▶ [RECORDS FOR THIS EXERCISE]:
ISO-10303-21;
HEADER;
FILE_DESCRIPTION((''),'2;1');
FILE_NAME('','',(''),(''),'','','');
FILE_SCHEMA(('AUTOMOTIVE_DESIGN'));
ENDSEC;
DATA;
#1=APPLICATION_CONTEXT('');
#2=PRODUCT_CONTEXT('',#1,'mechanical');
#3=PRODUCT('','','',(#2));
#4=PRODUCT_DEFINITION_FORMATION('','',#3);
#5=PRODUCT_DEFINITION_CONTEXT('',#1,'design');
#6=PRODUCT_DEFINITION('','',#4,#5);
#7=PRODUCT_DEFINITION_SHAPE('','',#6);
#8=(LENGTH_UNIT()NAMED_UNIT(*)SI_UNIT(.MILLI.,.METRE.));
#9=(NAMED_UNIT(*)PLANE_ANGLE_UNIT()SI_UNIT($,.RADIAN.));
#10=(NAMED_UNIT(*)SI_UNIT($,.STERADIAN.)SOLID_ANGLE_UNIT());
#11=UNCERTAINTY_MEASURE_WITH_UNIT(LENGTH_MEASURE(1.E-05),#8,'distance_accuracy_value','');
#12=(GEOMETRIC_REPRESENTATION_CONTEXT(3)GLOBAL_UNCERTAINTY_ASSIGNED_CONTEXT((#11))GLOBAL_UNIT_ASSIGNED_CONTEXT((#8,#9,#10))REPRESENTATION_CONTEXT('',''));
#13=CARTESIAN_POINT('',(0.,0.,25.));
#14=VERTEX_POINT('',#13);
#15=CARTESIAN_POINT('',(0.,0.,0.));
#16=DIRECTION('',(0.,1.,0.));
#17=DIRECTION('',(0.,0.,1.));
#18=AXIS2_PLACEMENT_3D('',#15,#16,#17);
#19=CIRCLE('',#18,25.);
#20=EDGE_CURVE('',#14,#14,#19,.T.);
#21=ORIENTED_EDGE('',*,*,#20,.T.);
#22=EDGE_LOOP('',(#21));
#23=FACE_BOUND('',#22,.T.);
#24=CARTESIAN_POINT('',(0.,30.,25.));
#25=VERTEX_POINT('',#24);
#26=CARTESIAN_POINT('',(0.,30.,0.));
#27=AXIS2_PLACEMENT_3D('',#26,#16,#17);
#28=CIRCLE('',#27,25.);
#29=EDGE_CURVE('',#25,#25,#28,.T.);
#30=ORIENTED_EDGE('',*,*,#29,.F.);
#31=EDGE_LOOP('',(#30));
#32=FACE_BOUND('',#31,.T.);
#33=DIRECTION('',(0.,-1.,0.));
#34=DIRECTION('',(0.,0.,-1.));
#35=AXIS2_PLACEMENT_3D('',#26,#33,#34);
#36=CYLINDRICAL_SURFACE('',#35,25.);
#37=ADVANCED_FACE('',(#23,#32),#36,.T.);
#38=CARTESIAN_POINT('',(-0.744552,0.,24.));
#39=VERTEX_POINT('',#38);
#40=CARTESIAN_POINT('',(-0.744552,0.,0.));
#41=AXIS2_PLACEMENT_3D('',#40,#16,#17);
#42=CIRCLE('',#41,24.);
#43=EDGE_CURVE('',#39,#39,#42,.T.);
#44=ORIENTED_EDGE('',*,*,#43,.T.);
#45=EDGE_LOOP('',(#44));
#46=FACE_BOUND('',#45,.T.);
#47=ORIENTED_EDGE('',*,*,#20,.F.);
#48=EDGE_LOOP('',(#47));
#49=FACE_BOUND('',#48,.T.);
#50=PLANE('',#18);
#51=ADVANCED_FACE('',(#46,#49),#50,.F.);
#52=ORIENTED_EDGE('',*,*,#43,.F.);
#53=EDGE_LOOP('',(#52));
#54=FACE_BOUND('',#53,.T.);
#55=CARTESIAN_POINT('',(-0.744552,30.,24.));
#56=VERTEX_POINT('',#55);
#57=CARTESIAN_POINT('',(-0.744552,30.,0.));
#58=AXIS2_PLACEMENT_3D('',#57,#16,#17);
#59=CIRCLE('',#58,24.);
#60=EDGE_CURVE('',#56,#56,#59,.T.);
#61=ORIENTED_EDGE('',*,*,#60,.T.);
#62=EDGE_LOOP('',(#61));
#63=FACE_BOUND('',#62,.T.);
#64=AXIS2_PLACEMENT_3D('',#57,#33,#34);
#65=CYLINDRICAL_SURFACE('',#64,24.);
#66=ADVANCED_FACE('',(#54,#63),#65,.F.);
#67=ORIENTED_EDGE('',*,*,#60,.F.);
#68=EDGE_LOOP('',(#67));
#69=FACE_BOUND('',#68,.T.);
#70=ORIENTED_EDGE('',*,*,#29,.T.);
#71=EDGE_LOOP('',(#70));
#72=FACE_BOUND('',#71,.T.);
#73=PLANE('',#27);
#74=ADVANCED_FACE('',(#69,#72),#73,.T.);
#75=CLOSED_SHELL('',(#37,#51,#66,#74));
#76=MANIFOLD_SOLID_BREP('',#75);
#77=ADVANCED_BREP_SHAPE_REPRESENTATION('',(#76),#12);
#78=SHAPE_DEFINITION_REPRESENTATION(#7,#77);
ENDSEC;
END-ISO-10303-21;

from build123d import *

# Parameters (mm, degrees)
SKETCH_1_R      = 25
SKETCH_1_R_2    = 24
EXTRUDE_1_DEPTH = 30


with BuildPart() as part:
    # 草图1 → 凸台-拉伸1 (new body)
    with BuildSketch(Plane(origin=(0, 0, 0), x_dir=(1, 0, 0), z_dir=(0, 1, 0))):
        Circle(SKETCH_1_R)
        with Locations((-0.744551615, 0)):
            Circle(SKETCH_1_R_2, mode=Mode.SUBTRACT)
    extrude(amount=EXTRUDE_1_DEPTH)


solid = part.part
...
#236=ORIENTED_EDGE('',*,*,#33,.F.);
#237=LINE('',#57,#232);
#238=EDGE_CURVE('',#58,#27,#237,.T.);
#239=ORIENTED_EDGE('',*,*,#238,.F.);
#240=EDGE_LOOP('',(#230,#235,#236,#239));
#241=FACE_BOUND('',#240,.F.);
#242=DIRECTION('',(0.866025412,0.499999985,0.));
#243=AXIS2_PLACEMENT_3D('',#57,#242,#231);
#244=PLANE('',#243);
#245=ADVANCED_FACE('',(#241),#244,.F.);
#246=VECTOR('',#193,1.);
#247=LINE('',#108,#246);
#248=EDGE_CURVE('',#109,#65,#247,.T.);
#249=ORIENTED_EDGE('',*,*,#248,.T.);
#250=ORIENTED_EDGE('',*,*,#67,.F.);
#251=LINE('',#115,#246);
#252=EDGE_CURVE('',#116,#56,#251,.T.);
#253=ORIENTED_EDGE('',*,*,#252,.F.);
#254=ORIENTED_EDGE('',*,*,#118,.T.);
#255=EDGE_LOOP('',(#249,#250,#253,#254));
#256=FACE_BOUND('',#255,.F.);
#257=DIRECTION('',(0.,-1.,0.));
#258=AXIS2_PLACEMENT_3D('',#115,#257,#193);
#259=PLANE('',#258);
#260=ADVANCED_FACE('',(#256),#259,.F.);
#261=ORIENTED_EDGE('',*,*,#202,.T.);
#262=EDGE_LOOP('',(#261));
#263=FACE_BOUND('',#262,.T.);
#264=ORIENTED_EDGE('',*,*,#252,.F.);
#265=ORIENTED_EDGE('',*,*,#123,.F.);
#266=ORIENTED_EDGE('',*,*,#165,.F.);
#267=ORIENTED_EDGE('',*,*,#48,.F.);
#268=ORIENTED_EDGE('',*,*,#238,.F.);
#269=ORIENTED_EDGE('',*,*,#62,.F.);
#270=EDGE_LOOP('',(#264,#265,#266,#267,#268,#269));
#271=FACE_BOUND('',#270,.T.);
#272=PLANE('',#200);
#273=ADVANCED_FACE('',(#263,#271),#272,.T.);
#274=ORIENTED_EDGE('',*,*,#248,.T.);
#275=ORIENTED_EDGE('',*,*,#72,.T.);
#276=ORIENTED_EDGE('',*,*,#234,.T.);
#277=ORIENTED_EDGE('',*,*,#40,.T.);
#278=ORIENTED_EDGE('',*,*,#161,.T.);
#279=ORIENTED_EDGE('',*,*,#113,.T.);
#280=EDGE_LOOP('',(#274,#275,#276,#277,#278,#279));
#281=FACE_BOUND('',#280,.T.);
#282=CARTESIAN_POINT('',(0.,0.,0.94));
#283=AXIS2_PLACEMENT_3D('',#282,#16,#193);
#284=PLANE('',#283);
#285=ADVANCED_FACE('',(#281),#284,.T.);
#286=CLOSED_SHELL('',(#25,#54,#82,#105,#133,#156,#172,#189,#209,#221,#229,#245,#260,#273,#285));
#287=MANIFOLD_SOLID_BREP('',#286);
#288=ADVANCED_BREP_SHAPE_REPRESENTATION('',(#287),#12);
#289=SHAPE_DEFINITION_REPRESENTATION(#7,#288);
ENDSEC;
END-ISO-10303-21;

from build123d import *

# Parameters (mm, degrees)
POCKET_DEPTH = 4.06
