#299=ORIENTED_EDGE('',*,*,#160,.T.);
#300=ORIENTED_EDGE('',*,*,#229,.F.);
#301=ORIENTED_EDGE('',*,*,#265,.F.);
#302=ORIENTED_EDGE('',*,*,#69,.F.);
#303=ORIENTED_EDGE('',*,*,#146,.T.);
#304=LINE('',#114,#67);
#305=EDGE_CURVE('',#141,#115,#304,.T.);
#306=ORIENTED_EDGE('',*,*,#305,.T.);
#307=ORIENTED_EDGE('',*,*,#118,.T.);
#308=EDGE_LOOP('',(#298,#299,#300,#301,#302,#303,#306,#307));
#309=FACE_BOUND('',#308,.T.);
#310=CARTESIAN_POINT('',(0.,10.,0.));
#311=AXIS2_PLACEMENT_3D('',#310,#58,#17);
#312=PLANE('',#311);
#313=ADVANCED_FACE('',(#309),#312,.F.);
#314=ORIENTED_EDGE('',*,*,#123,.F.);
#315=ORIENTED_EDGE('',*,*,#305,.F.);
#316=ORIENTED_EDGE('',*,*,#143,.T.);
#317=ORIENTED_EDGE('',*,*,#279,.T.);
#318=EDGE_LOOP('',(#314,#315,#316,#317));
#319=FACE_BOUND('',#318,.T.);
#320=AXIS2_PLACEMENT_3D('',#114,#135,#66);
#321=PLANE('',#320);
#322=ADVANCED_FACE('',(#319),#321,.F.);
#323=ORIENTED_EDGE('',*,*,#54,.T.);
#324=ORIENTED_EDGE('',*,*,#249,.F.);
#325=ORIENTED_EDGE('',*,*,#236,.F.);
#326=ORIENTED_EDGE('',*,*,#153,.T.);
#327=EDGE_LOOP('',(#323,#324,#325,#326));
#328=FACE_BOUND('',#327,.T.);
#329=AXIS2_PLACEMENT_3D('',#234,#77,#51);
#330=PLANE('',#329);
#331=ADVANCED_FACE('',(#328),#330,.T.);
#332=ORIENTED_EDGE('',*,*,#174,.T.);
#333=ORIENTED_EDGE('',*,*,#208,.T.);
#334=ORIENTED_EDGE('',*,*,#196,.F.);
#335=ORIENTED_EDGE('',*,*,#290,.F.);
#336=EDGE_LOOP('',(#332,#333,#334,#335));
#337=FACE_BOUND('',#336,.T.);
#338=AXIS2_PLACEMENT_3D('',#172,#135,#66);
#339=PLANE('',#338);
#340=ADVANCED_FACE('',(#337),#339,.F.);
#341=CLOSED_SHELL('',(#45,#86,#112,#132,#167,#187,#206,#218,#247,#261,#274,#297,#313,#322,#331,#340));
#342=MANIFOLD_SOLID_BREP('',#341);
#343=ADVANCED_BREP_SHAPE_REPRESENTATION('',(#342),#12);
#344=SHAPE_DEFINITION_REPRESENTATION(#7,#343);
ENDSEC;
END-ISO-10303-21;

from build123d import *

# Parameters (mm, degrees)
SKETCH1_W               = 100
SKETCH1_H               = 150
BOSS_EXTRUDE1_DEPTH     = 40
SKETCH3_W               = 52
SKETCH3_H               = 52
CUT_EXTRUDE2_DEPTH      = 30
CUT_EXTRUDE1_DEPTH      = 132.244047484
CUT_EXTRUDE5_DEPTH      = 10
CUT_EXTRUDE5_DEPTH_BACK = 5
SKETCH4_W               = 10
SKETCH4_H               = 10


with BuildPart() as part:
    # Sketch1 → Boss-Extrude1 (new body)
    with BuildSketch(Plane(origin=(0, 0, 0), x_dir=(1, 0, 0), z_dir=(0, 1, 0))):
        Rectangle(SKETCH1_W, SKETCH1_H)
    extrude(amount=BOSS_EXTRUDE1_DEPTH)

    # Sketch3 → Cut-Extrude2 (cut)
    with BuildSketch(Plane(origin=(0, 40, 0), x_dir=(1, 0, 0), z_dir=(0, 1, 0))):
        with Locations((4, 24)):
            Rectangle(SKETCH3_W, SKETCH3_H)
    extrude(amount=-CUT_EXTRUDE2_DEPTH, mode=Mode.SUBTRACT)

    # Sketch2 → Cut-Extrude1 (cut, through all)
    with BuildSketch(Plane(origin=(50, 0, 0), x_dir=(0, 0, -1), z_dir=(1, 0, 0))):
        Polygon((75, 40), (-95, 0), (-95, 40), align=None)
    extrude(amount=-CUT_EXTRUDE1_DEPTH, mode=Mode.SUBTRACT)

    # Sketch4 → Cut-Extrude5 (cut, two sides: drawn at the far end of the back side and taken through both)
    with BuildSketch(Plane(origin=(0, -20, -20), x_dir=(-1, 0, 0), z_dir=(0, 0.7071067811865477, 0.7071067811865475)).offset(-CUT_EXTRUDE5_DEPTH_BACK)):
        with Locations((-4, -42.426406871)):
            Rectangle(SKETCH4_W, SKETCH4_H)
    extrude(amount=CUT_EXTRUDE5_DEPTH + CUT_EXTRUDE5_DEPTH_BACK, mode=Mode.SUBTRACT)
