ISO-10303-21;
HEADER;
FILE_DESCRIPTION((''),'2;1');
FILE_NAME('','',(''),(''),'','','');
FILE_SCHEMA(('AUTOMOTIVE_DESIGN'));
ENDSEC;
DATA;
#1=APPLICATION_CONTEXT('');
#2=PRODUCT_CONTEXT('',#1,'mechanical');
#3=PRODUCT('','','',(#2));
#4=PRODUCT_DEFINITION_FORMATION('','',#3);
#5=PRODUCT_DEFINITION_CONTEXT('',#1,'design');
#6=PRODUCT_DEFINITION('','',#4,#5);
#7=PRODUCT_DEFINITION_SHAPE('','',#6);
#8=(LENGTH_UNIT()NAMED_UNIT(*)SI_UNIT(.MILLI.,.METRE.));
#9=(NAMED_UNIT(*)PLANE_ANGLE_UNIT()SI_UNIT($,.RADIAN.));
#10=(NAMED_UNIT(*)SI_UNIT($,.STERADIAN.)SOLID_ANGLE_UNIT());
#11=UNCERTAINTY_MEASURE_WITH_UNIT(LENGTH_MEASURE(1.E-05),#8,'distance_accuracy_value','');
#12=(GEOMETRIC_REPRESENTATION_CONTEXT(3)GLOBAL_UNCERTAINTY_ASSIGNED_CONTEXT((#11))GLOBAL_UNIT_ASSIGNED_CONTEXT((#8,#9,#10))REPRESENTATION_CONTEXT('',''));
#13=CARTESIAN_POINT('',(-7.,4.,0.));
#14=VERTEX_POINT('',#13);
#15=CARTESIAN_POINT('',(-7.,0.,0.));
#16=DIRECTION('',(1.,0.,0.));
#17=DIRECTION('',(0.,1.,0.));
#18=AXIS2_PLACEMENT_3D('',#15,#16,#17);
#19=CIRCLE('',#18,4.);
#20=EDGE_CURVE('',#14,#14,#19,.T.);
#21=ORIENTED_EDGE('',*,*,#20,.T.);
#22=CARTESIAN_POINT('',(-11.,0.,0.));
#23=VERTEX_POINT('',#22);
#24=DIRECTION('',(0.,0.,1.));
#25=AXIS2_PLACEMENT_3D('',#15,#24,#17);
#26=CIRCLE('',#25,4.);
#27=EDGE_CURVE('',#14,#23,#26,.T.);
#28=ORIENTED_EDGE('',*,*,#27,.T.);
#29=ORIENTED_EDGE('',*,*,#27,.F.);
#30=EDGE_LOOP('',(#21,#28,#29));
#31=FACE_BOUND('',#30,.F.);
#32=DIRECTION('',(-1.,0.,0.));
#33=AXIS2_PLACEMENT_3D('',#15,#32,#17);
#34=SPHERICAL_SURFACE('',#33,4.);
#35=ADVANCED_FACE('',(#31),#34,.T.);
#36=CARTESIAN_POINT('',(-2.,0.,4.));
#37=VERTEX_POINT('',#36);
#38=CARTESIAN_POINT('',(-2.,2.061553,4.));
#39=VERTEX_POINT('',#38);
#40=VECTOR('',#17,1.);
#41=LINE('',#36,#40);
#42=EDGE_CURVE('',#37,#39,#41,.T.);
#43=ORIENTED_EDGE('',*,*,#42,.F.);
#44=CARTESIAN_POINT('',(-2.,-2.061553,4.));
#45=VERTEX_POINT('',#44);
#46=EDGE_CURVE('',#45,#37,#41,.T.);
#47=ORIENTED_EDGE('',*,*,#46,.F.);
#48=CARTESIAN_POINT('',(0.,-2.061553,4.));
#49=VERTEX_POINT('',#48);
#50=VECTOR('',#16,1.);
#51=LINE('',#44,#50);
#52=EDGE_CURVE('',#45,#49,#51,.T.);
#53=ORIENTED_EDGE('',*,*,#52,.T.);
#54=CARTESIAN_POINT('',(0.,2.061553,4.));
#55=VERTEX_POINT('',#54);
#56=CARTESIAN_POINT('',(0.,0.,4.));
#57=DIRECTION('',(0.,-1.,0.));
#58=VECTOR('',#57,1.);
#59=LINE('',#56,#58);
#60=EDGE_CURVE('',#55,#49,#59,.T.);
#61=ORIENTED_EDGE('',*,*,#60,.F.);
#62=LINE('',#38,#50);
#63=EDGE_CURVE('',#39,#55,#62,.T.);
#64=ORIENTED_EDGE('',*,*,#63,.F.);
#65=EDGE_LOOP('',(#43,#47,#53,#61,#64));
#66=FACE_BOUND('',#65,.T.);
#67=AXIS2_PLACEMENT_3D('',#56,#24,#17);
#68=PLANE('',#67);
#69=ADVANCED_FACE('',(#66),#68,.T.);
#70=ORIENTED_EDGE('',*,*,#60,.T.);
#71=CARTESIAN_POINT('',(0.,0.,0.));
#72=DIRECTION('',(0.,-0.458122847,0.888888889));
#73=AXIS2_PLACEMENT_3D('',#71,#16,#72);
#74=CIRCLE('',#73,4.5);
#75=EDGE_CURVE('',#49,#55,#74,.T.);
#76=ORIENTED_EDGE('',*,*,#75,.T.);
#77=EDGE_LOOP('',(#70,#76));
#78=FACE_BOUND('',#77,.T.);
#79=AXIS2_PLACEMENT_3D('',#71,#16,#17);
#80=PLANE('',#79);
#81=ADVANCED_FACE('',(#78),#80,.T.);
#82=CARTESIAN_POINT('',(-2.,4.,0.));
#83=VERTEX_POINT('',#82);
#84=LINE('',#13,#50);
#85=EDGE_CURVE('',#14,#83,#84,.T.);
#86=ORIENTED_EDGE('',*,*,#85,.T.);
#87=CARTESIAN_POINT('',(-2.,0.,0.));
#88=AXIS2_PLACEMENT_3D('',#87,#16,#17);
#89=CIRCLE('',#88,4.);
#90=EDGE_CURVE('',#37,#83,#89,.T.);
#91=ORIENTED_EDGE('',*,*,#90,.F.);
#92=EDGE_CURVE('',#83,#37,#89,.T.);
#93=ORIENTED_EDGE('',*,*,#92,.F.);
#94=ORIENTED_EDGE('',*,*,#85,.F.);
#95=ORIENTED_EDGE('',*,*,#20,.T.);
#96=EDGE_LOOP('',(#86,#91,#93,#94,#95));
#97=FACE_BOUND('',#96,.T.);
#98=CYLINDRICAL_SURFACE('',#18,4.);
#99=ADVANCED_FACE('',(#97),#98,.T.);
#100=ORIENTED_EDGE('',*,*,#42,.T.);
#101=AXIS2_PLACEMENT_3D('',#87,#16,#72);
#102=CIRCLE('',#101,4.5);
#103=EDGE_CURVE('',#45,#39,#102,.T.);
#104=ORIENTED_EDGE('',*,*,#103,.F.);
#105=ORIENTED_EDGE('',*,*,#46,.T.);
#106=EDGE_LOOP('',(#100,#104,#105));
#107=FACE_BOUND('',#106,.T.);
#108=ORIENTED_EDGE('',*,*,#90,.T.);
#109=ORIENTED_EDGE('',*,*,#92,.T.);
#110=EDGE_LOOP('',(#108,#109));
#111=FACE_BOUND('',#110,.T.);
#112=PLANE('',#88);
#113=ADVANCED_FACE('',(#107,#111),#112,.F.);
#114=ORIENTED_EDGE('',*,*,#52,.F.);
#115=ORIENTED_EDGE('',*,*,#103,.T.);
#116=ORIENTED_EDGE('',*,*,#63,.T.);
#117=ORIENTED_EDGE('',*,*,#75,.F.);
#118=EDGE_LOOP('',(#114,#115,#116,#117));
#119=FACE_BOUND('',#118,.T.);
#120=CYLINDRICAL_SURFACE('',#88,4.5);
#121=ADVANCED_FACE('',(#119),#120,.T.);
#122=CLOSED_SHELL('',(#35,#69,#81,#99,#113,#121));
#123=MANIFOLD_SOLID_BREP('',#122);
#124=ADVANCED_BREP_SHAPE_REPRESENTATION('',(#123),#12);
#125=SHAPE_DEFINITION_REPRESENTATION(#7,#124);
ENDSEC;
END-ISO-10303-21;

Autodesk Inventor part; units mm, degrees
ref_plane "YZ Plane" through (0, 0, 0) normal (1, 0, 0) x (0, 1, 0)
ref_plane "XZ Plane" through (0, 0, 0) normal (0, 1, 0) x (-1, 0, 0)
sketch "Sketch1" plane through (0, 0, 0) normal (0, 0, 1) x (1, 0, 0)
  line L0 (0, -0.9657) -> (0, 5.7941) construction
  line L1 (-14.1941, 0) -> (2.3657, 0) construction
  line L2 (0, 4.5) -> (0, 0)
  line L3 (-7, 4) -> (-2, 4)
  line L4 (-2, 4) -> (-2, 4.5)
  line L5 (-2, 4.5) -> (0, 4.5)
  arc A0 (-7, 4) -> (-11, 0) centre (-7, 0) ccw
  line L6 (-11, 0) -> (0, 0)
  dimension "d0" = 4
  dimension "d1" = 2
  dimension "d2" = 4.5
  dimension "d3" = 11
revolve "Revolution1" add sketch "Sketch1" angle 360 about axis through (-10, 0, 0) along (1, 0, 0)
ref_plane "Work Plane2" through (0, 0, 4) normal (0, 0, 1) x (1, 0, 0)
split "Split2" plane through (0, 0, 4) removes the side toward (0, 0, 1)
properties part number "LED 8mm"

▶ [ASSIGNED TASK]: Precisely the lines between those holding "#69=ADVANCED_FACE('',(#66),#68,.T.);" and "#91=ORIENTED_EDGE('',*,*,#90,.F.);", inclusive, are to be reproduced from the listing above, with nothing added.

▶ [RESPONSE BELOW]:
#69=ADVANCED_FACE('',(#66),#68,.T.);
#70=ORIENTED_EDGE('',*,*,#60,.T.);
#71=CARTESIAN_POINT('',(0.,0.,0.));
#72=DIRECTION('',(0.,-0.458122847,0.888888889));
#73=AXIS2_PLACEMENT_3D('',#71,#16,#72);
#74=CIRCLE('',#73,4.5);
#75=EDGE_CURVE('',#49,#55,#74,.T.);
#76=ORIENTED_EDGE('',*,*,#75,.T.);
#77=EDGE_LOOP('',(#70,#76));
#78=FACE_BOUND('',#77,.T.);
#79=AXIS2_PLACEMENT_3D('',#71,#16,#17);
#80=PLANE('',#79);
#81=ADVANCED_FACE('',(#78),#80,.T.);
#82=CARTESIAN_POINT('',(-2.,4.,0.));
#83=VERTEX_POINT('',#82);
#84=LINE('',#13,#50);
#85=EDGE_CURVE('',#14,#83,#84,.T.);
#86=ORIENTED_EDGE('',*,*,#85,.T.);
#87=CARTESIAN_POINT('',(-2.,0.,0.));
#88=AXIS2_PLACEMENT_3D('',#87,#16,#17);
#89=CIRCLE('',#88,4.);
#90=EDGE_CURVE('',#37,#83,#89,.T.);
#91=ORIENTED_EDGE('',*,*,#90,.F.);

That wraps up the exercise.